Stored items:
[Start of Attachment]

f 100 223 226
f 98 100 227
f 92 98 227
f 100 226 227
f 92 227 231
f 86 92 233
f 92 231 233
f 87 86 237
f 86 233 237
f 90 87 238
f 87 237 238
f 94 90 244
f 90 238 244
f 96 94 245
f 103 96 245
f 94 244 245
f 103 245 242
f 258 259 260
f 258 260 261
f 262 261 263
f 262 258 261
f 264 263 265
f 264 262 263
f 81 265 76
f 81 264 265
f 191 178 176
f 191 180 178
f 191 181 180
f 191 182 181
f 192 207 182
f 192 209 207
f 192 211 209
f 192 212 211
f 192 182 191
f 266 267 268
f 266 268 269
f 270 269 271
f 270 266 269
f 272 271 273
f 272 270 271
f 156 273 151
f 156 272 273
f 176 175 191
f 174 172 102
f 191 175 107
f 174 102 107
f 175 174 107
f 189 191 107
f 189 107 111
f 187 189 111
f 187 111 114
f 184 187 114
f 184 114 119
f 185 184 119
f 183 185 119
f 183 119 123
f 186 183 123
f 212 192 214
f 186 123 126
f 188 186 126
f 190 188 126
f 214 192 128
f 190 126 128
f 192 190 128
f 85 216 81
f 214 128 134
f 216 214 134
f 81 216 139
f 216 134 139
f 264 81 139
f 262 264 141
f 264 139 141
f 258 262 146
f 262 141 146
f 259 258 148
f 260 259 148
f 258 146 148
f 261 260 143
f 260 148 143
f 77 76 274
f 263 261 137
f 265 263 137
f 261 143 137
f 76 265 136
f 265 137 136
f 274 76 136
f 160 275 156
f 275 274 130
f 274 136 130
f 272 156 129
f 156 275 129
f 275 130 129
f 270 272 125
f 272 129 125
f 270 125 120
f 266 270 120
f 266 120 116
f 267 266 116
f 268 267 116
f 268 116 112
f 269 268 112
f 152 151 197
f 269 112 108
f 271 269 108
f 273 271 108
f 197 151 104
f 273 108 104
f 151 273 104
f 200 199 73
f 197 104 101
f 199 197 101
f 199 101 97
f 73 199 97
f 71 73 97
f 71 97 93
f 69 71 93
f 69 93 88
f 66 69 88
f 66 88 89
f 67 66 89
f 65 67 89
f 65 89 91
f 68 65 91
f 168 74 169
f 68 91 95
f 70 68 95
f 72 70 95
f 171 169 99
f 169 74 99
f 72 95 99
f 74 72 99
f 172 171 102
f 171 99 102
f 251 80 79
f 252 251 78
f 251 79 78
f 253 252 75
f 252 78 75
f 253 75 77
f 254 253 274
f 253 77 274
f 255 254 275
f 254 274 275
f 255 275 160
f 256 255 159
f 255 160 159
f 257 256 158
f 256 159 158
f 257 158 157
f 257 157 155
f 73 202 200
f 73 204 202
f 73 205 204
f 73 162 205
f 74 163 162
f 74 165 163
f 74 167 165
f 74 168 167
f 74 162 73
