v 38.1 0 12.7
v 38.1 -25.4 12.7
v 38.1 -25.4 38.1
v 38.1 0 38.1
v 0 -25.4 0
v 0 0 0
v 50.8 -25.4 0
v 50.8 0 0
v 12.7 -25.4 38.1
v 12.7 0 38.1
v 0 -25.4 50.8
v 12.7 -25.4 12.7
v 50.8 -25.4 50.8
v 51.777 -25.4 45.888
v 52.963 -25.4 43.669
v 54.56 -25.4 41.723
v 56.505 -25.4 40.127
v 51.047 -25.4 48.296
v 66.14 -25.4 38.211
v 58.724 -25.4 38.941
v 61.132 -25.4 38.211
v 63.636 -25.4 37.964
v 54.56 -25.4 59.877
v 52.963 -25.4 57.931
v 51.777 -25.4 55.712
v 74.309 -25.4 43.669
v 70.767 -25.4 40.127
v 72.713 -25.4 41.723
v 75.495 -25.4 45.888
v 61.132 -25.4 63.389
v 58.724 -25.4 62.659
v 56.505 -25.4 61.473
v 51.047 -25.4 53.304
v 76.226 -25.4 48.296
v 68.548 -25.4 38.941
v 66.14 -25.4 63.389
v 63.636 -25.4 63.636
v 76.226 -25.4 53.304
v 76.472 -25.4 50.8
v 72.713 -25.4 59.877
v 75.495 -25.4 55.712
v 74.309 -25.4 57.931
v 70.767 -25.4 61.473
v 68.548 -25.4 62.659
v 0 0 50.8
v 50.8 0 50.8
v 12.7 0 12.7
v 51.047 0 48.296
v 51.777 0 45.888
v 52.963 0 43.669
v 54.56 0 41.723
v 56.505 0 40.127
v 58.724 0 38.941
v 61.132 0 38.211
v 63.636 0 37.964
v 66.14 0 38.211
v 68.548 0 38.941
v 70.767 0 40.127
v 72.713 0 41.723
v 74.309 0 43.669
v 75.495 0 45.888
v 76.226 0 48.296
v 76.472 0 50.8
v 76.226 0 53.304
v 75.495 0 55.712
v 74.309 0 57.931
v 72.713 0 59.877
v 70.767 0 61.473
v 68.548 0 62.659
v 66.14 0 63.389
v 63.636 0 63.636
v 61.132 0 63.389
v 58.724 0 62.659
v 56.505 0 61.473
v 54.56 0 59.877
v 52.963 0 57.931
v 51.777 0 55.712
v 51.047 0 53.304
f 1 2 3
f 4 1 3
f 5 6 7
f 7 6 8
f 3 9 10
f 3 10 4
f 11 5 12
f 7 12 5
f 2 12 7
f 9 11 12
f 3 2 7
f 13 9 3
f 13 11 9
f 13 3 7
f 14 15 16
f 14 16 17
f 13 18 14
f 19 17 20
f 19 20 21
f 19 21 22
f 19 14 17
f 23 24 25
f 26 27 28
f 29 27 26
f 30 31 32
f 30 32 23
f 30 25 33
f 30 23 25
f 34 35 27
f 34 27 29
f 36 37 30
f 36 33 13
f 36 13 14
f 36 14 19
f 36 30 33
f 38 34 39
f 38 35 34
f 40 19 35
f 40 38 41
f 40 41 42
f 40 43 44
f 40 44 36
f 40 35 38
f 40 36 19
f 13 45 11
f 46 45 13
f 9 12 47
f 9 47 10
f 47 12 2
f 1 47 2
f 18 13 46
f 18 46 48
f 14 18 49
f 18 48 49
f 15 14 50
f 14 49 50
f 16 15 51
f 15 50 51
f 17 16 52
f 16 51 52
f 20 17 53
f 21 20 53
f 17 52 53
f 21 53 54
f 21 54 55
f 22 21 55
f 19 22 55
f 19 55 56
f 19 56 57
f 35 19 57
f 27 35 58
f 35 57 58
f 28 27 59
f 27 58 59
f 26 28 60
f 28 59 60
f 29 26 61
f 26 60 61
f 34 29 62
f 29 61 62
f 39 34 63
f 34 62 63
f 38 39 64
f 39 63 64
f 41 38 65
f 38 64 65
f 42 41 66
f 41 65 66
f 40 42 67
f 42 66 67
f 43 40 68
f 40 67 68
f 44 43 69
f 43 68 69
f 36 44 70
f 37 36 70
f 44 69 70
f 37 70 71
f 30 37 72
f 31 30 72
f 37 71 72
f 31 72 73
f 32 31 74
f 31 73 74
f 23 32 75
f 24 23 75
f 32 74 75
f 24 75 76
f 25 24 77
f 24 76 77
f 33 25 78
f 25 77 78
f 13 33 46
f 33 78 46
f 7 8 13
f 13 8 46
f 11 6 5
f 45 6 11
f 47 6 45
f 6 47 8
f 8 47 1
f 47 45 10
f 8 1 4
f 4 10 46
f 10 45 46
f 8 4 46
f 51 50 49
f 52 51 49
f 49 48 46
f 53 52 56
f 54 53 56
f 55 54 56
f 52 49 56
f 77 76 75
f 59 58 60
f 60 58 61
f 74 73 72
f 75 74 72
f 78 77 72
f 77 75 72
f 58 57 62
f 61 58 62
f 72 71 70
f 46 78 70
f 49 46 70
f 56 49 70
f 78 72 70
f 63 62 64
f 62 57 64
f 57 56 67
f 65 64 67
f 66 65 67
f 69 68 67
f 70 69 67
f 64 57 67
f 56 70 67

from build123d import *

# Parameters (mm, degrees)
F0_W     = 50.8
F0_H     = 50.8
F0_W_2   = 25.4
F0_H_2   = 25.4
F1_DEPTH = 25.4


with BuildPart() as f1:
    # F0 (on Front) → F1 (new body)
    with BuildSketch(Plane.XZ):
        with BuildLine():
            ThreePointArc((76.472228, 50.8), (63.636114, 63.636114), (50.8, 50.8))
            ThreePointArc((50.8, 50.8), (63.636114, 37.963886), (76.472228, 50.8))
        make_face()
        with Locations((25.4, 25.4)):
            Rectangle(F0_W, F0_H)
        with Locations((25.4, 25.4)):
            Rectangle(F0_W_2, F0_H_2, mode=Mode.SUBTRACT)
    extrude(amount=F1_DEPTH)


solid = f1.part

[End of Attachment]

● **ASSIGNED TASK**: Nothing beyond the line that contains "v 12.7 -25.4 38.1" belongs in the answer; reproduce the entries exactly from their first line through it.

● **RESULT OF THE TASK**:
f 100 223 226
f 98 100 227
f 92 98 227
f 100 226 227
f 92 227 231
f 86 92 233
f 92 231 233
f 87 86 237
f 86 233 237
f 90 87 238
f 87 237 238
f 94 90 244
f 90 238 244
f 96 94 245
f 103 96 245
f 94 244 245
f 103 245 242
f 258 259 260
f 258 260 261
f 262 261 263
f 262 258 261
f 264 263 265
f 264 262 263
f 81 265 76
f 81 264 265
f 191 178 176
f 191 180 178
f 191 181 180
f 191 182 181
f 192 207 182
f 192 209 207
f 192 211 209
f 192 212 211
f 192 182 191
f 266 267 268
f 266 268 269
f 270 269 271
f 270 266 269
f 272 271 273
f 272 270 271
f 156 273 151
f 156 272 273
f 176 175 191
f 174 172 102
f 191 175 107
f 174 102 107
f 175 174 107
f 189 191 107
f 189 107 111
f 187 189 111
f 187 111 114
f 184 187 114
f 184 114 119
f 185 184 119
f 183 185 119
f 183 119 123
f 186 183 123
f 212 192 214
f 186 123 126
f 188 186 126
f 190 188 126
f 214 192 128
f 190 126 128
f 192 190 128
f 85 216 81
f 214 128 134
f 216 214 134
f 81 216 139
f 216 134 139
f 264 81 139
f 262 264 141
f 264 139 141
f 258 262 146
f 262 141 146
f 259 258 148
f 260 259 148
f 258 146 148
f 261 260 143
f 260 148 143
f 77 76 274
f 263 261 137
f 265 263 137
f 261 143 137
f 76 265 136
f 265 137 136
f 274 76 136
f 160 275 156
f 275 274 130
f 274 136 130
f 272 156 129
f 156 275 129
f 275 130 129
f 270 272 125
f 272 129 125
f 270 125 120
f 266 270 120
f 266 120 116
f 267 266 116
f 268 267 116
f 268 116 112
f 269 268 112
f 152 151 197
f 269 112 108
f 271 269 108
f 273 271 108
f 197 151 104
f 273 108 104
f 151 273 104
f 200 199 73
f 197 104 101
f 199 197 101
f 199 101 97
f 73 199 97
f 71 73 97
f 71 97 93
f 69 71 93
f 69 93 88
f 66 69 88
f 66 88 89
f 67 66 89
f 65 67 89
f 65 89 91
f 68 65 91
f 168 74 169
f 68 91 95
f 70 68 95
f 72 70 95
f 171 169 99
f 169 74 99
f 72 95 99
f 74 72 99
f 172 171 102
f 171 99 102
f 251 80 79
f 252 251 78
f 251 79 78
f 253 252 75
f 252 78 75
f 253 75 77
f 254 253 274
f 253 77 274
f 255 254 275
f 254 274 275
f 255 275 160
f 256 255 159
f 255 160 159
f 257 256 158
f 256 159 158
f 257 158 157
f 257 157 155
f 73 202 200
f 73 204 202
f 73 205 204
f 73 162 205
f 74 163 162
f 74 165 163
f 74 167 165
f 74 168 167
f 74 162 73
v 38.1 0 12.7
v 38.1 -25.4 12.7
v 38.1 -25.4 38.1
v 38.1 0 38.1
v 0 -25.4 0
v 0 0 0
v 50.8 -25.4 0
v 50.8 0 0
v 12.7 -25.4 38.1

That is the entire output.